The AKLD measure of dataset similarity was developed by Z. Ma, J. McCaffrey, P. Mineiro, KC Tung, and RA Chavali. Dr. McCaffrey commented, "We needed a dataset similarity metric that can be used with all types of data -- numeric, non-numeric, and mixed. And we needed a metric that can scale to very large datasets. And we needed a metric that is simple to compute and understand. The AKLD metric was the result."

Applying Autoencoded Kullback-Leibler Divergence to the MNIST Dataset
The AKLD dataset similarity/divergence metric was tested on a wide range of datasets. One experiment applied AKLD to the well-known MNIST image dataset. MNIST (Modified National Institute of Standards and Technology) consists of 60,000 images for training a ML model, and 10,000 images for testing purposes. Each MNIST image is a single handwritten from '0' to '9'. Each image has 28 by 28 (784 total) grayscale pixel values between 0 and 255.

Figure 2: Calculating Autoencoded Kullback-Leibler Dataset Divergence
[Click on image for larger view.] Figure 2: Autoencoded Kullback-Leibler Applied to the MNIST Dataset

In one test, a reference dataset P was generated by selecting the first 1,000 training images. Ten "other" Q datasets were generated, ranging from no difference, to 10 percent of the images replaced by random pixel values, through 90 percent of images replaced by random pixel values. See the graph in Figure 2. As the Q dataset increased in difference from the P reference dataset, the value of the AKLD divergence metric increased in a smooth exponential growth curve as predicted by theory.

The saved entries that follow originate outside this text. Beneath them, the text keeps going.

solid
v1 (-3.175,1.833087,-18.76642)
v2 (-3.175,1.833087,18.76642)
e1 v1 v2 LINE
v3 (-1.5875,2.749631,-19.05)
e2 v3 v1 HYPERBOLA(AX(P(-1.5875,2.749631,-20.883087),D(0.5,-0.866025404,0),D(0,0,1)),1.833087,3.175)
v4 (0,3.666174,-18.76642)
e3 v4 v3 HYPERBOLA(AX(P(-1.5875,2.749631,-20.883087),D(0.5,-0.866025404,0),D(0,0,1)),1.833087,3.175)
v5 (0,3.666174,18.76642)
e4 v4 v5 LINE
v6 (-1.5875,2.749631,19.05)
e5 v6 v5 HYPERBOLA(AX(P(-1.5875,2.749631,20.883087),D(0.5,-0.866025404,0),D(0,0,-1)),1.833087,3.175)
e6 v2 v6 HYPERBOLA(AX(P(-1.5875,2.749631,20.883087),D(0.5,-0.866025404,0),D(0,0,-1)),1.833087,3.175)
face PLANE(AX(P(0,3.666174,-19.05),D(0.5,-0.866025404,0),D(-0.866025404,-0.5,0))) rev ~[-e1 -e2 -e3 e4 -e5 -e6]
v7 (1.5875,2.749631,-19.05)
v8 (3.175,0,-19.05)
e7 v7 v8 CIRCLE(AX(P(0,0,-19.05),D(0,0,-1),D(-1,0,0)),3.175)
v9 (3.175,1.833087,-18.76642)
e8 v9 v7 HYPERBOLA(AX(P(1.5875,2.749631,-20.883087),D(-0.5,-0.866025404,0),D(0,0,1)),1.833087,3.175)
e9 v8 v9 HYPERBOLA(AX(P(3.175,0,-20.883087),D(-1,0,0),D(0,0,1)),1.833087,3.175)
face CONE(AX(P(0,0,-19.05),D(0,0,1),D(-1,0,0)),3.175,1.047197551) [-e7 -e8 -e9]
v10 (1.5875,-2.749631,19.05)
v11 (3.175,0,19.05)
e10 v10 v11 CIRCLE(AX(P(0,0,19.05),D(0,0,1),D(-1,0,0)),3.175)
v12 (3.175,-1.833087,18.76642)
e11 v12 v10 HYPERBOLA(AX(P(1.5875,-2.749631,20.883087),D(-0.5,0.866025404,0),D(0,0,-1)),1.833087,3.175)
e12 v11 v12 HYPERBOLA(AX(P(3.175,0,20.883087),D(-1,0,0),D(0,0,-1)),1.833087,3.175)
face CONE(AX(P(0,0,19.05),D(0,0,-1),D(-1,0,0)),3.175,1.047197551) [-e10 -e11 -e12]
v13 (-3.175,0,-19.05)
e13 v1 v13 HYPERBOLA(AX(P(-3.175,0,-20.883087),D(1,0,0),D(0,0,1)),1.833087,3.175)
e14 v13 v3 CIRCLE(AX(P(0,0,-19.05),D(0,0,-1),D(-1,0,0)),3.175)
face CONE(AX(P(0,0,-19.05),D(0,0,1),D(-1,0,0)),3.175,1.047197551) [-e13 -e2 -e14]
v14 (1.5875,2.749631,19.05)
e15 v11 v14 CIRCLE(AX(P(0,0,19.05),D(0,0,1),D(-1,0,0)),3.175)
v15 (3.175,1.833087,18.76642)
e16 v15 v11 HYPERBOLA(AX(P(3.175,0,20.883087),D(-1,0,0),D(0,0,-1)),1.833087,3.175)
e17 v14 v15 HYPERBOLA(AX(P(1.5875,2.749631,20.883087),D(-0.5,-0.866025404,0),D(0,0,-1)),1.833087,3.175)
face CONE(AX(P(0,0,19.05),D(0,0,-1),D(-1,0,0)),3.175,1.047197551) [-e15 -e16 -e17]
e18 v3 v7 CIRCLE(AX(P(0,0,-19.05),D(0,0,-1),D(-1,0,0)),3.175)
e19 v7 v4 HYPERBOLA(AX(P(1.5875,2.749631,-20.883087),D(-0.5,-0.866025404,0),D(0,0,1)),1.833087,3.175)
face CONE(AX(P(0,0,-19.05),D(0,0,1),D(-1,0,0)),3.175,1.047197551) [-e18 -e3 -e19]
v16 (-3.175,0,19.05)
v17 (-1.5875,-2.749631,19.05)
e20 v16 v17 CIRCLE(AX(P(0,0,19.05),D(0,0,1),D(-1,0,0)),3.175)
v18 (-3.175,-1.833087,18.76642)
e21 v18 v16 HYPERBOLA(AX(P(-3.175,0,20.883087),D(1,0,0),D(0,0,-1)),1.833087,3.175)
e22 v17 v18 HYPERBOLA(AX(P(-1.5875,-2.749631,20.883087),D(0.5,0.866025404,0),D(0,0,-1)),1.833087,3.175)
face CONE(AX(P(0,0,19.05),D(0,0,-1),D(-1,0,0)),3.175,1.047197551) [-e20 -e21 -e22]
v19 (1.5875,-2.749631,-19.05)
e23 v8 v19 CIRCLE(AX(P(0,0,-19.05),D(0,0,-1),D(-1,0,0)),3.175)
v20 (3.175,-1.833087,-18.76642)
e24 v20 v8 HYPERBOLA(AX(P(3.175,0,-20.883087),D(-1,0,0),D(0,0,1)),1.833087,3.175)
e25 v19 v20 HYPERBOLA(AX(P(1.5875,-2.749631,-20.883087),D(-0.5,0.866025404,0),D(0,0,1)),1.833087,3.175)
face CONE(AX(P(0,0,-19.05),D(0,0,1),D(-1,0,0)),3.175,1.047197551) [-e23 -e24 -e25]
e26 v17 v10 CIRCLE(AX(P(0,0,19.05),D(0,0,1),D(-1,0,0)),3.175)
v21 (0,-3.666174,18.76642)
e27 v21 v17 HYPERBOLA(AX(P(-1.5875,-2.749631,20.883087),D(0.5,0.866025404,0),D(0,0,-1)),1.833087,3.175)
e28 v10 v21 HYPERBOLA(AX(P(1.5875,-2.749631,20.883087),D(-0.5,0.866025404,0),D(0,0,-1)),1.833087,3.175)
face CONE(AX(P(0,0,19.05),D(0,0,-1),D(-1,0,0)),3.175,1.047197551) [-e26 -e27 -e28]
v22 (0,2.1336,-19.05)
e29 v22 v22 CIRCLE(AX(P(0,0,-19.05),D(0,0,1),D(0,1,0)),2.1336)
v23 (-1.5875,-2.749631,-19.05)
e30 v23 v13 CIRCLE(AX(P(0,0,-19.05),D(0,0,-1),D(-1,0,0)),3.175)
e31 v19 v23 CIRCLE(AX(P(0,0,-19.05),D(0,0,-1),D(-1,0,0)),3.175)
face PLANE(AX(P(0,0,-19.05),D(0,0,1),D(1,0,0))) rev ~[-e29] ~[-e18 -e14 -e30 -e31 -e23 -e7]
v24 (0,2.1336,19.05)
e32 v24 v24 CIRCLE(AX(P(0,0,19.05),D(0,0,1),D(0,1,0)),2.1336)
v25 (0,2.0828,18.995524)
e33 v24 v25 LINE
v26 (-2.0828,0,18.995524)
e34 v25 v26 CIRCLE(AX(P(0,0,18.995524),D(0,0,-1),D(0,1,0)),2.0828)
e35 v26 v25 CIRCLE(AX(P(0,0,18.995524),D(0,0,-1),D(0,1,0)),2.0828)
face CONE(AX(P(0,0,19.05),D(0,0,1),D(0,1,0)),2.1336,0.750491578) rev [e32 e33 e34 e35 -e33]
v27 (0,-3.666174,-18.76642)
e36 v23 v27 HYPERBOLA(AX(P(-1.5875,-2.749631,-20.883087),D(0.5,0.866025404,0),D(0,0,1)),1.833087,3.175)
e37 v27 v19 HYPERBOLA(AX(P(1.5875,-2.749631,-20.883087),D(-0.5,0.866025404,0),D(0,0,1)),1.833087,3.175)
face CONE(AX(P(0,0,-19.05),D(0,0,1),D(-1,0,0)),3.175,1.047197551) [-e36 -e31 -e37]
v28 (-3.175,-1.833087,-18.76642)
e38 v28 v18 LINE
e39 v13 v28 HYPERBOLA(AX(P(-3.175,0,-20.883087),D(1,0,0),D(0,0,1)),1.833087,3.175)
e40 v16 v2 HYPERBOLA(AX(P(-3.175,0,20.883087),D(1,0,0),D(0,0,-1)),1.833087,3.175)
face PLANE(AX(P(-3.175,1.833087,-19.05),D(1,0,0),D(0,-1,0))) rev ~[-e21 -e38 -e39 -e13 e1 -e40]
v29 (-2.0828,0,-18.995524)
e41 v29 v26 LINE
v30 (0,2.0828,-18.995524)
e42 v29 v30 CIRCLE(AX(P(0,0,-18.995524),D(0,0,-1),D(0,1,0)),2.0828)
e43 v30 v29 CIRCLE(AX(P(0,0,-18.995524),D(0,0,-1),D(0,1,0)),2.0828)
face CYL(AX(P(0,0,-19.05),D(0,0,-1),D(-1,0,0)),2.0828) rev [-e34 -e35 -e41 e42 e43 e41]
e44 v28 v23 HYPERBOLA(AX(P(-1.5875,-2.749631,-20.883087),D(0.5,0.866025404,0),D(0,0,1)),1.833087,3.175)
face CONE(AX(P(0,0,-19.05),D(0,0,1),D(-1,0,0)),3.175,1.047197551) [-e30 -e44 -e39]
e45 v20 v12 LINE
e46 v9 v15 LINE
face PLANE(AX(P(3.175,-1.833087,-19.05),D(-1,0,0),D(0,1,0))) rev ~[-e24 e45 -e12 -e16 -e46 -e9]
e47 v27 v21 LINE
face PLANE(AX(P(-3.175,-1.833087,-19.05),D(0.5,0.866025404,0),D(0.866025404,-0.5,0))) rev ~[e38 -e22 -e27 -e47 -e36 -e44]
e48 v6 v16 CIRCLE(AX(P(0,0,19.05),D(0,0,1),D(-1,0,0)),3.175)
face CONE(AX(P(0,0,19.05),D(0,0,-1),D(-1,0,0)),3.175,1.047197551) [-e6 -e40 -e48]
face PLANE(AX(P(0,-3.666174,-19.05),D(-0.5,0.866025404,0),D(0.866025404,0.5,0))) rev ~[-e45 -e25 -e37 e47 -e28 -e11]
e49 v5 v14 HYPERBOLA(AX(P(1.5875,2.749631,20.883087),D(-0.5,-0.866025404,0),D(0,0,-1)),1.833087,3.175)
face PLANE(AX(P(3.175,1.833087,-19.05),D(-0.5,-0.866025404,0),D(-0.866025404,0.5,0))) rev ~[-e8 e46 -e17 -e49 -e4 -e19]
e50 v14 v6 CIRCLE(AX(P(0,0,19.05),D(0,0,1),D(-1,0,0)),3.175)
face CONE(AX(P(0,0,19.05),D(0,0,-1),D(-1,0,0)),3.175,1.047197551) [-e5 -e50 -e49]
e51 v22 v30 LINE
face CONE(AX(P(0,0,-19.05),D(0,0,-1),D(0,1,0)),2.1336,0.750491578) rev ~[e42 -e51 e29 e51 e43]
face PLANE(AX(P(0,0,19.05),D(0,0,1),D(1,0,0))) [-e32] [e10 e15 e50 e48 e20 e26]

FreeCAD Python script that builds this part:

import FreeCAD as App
import Part
import Sketcher
from FreeCAD import Vector
Q = App.Units.Quantity


def faces_at(feature, points):
    """Names of the faces that lie closest to the given points."""
    faces = feature.Shape.Faces
    near = lambda p: min(range(len(faces)), key=lambda i: faces[i].distToShape(Part.Vertex(*p))[0])
    return sorted({f"Face{near(p) + 1}" for p in points})

doc = App.newDocument("Part")
params = doc.addObject("Spreadsheet::Sheet", "Params")
for row, (alias, value) in enumerate([
    ("sketch1_diameter", "0.164 in"),
    ("pad1_length", "0.75 in"),
    ("pad1_length2", "0.75 in"),
    ("sketch2_width", "0.084 in"),
    ("groove_angle", "360 deg"),
    ("sketch3_diameter", "0.25 in"),
    ("pad2_length", "39.40744 mm"),
    ("draft_angle", "60 deg"),
    ("sketch4_diameter", "0.25 in"),
    ("pad3_length", "39.40744 mm"),
    ("draft2_angle", "60 deg"),
], start=1):
    params.set(f"A{row}", alias)
    params.set(f"B{row}", "=" + value)
    params.setAlias(f"B{row}", alias)

body = doc.addObject("PartDesign::Body", "Body")

sketch1 = body.newObject("Sketcher::SketchObject", "Sketch")
sketch1.AttachmentSupport = (doc.getObject("XY_Plane"), [""])
sketch1.MapMode = "FlatFace"
sketch1.addGeometry([
    Part.LineSegment(Vector(0, 3.666174, 0), Vector(-3.175, 1.833087, 0)),
    Part.LineSegment(Vector(-3.175, 1.833087, 0), Vector(-3.175, -1.833087, 0)),
    Part.LineSegment(Vector(-3.175, -1.833087, 0), Vector(0, -3.666174, 0)),
    Part.LineSegment(Vector(0, -3.666174, 0), Vector(3.175, -1.833087, 0)),
    Part.LineSegment(Vector(3.175, -1.833087, 0), Vector(3.175, 1.833087, 0)),
    Part.LineSegment(Vector(3.175, 1.833087, 0), Vector(0, 3.666174, 0)),
    Part.Circle(Vector(0, 0, 0), Vector(0, 0, 1), 2.0828),
], False)
sketch1.addConstraint([
    Sketcher.Constraint("Coincident", 0, 2, 1, 1),
    Sketcher.Constraint("Coincident", 1, 2, 2, 1),
    Sketcher.Constraint("Coincident", 2, 2, 3, 1),
    Sketcher.Constraint("Coincident", 3, 2, 4, 1),
    Sketcher.Constraint("Coincident", 4, 2, 5, 1),
    Sketcher.Constraint("Coincident", 5, 2, 0, 1),
    Sketcher.Constraint("Vertical", 1),
    Sketcher.Constraint("Vertical", 4),
    Sketcher.Constraint("Coincident", 6, 3, -1, 1),
    Sketcher.Constraint("Symmetric", 0, 2, 3, 2, -1, 1),
    Sketcher.Constraint("Symmetric", 2, 2, 5, 2, -1, 1),
    Sketcher.Constraint("PointOnObject", 2, 2, -2),
    Sketcher.Constraint("Parallel", 2, 5),
    Sketcher.Constraint("Horizontal", 1, 2, 3, 2),
    Sketcher.Constraint("Diameter", 6, Q("0.164 in")),
    Sketcher.Constraint("Angle", 0, Q("-150 deg")),
    Sketcher.Constraint("DistanceX", 1, 2, 3, 2, Q("0.25 in")),
    Sketcher.Constraint("DistanceY", 1, 2, 1, 1, 3.666174),
])
sketch1.setExpression("Constraints[14]", "Params.sketch1_diameter")
pad1 = body.newObject("PartDesign::Pad", "Pad")
pad1.Profile = sketch1
pad1.Type = "TwoLengths"
pad1.setExpression("Length", "Params.pad1_length")
pad1.setExpression("Length2", "Params.pad1_length2")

The screenshot in Figure 3 shows a test program written using the PyTorch neural network code library. The program run compares the 1000-item P dataset with a Q dataset where 400 data items (40 percent) have been randomized. The value of the AKLD metric is 0.1764 which corresponds to one of the data points on the graph in Figure 2.

Figure 3: Example of Computing Autoencoded Kullback-Leibler Divergence
[Click on image for larger view.] Figure 3: Example of Computing Autoencoded Kullback-Leibler Divergence

What's the Point?
There has been recent increased interest in dataset similarity metrics. One of the primary motivations for the development of AKLD and other dataset similarity metrics is the growing cost of training huge ML models, especially natural language models. For example, it's estimated that the cost of computing time to train the GPT-3 language model is approximately $4.6 million dollars. And training even moderately sized language models can routinely cost tens of thousands of dollars. One possible solution is to find smaller but similar datasets to train. This requires a dataset similarity metric.

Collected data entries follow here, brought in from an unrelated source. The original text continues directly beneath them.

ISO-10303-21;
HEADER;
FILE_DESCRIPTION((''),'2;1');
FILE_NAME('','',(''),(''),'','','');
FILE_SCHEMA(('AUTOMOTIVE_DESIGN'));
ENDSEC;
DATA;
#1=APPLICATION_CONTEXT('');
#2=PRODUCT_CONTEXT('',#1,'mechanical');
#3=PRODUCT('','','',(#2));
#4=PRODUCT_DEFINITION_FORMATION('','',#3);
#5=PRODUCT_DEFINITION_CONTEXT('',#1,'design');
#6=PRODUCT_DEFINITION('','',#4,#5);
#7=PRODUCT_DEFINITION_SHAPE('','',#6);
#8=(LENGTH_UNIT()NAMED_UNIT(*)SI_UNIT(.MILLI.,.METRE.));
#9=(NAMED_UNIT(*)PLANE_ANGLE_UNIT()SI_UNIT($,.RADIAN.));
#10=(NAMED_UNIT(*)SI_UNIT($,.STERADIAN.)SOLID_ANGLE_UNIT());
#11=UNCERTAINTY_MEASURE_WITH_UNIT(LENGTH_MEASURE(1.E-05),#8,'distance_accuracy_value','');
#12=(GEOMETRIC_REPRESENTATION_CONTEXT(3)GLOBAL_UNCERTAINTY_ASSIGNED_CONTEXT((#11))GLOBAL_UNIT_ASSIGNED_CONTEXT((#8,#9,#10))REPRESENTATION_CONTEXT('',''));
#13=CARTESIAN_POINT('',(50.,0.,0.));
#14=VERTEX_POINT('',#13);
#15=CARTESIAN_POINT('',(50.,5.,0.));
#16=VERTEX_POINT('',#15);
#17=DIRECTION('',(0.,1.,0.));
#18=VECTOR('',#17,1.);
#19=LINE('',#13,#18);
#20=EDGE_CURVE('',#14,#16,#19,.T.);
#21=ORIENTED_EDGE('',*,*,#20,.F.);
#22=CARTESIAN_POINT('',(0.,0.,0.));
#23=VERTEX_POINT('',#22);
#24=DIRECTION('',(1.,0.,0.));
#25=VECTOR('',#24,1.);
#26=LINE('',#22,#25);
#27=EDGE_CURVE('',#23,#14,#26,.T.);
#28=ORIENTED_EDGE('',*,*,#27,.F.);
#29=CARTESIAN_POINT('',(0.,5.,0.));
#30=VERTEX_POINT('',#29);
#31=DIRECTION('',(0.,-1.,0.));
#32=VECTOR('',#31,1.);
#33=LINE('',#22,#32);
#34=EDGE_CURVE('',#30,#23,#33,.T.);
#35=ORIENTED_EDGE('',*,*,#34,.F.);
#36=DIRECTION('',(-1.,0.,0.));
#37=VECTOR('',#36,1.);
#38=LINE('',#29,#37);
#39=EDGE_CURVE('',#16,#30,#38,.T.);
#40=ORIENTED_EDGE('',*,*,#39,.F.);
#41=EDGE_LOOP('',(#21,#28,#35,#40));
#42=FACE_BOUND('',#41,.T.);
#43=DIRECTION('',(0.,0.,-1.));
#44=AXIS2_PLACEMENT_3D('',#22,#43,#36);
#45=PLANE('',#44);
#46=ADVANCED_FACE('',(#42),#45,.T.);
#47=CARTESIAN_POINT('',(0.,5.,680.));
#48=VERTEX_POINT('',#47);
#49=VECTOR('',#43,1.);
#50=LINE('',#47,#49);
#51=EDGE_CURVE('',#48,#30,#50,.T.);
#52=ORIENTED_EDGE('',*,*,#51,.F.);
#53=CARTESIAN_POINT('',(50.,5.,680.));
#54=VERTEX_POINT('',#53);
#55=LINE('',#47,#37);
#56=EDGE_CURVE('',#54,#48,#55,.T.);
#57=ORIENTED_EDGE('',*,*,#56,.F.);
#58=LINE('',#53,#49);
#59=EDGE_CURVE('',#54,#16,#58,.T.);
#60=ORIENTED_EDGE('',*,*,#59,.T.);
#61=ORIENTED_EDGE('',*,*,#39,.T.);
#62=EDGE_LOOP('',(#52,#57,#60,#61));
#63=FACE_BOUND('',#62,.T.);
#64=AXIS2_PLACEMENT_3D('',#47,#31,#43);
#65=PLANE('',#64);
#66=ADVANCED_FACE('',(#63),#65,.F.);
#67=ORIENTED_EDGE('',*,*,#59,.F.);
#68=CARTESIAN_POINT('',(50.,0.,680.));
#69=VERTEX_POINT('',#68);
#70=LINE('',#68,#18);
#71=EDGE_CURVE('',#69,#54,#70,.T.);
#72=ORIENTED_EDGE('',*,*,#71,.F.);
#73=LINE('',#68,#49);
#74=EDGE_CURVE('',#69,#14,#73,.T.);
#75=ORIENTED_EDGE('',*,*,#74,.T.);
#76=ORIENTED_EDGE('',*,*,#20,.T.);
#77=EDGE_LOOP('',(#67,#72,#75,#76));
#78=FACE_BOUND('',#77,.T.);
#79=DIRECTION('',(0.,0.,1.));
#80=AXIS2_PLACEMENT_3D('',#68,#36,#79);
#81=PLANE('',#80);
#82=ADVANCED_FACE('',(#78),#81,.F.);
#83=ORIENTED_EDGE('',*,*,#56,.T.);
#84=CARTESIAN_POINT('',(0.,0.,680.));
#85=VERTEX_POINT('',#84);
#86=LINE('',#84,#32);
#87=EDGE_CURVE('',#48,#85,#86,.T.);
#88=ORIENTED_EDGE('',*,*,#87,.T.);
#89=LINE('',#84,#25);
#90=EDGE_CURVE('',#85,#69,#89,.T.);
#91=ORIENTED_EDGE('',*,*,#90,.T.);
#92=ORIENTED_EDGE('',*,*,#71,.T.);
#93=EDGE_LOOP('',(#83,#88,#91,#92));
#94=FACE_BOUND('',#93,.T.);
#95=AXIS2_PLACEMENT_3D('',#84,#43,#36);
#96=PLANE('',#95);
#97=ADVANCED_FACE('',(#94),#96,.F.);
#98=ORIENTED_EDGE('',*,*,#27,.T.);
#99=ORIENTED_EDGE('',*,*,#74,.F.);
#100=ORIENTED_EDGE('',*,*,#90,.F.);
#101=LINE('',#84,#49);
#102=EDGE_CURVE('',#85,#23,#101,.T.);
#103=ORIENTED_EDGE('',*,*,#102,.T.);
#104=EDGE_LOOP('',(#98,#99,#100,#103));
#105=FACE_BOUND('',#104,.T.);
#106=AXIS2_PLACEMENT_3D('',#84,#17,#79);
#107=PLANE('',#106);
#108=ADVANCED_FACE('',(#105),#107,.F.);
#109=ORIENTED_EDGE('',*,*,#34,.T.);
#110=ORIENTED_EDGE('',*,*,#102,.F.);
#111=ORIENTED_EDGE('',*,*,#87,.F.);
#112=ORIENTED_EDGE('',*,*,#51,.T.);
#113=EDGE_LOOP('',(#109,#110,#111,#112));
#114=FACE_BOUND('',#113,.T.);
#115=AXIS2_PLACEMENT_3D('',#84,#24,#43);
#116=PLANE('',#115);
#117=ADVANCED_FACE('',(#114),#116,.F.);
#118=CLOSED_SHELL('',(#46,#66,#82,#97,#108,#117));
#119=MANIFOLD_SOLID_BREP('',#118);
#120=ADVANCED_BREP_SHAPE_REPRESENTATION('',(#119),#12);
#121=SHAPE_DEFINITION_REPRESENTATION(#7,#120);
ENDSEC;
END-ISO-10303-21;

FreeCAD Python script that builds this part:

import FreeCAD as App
import Part
import Sketcher

V = App.Vector
Q = App.Units.Quantity

doc = App.newDocument("Part")
body = doc.addObject("PartDesign::Body", "Body")

# Sketch on XY plane
sketch1 = body.newObject("Sketcher::SketchObject", "Sketch")
sketch1.AttachmentSupport = (doc.getObject("XY_Plane"), [""])
sketch1.MapMode = "FlatFace"
sketch1.addGeometry([
    Part.LineSegment(V(0, 5, 0), V(0, 0, 0)),
    Part.LineSegment(V(0, 0, 0), V(50, 0, 0)),
    Part.LineSegment(V(50, 0, 0), V(50, 5, 0)),
    Part.LineSegment(V(50, 5, 0), V(0, 5, 0)),
], False)
sketch1.addConstraint([
    Sketcher.Constraint("Coincident", 0, 2, 1, 1),
    Sketcher.Constraint("Coincident", 1, 2, 2, 1),
    Sketcher.Constraint("Coincident", 2, 2, 3, 1),
    Sketcher.Constraint("Coincident", 3, 2, 0, 1),
    Sketcher.Constraint("Vertical", 0),
    Sketcher.Constraint("Horizontal", 1),
    Sketcher.Constraint("Vertical", 2),
    Sketcher.Constraint("Horizontal", 3),
    Sketcher.Constraint("Coincident", 0, 2, -1, 1),
    Sketcher.Constraint("DistanceX", 1, 1, 1, 2, Q("50 mm")),
    Sketcher.Constraint("DistanceY", 0, 2, 0, 1, Q("5 mm")),
])
pad1 = body.newObject("PartDesign::Pad", "Pad")
pad1.Profile = sketch1
pad1.Length = 680

doc.recompute()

McCaffrey noted, "One of our original goals in developing AKLD was to support a project that generates coresets from large parent datasets." He added, "We later realized that in addition to having the potential to save millions of dollars in ML computing costs, smaller training datasets can also greatly reduce our carbon footprint."

McCaffrey continued, "One recent study estimated that training a large deep learning model produces 626,000 pounds of carbon dioxide, which is about the same as the lifetime emissions from five automobiles. It's becoming increasingly important for data scientists and ML researchers to do what they can to reduce carbon footprint."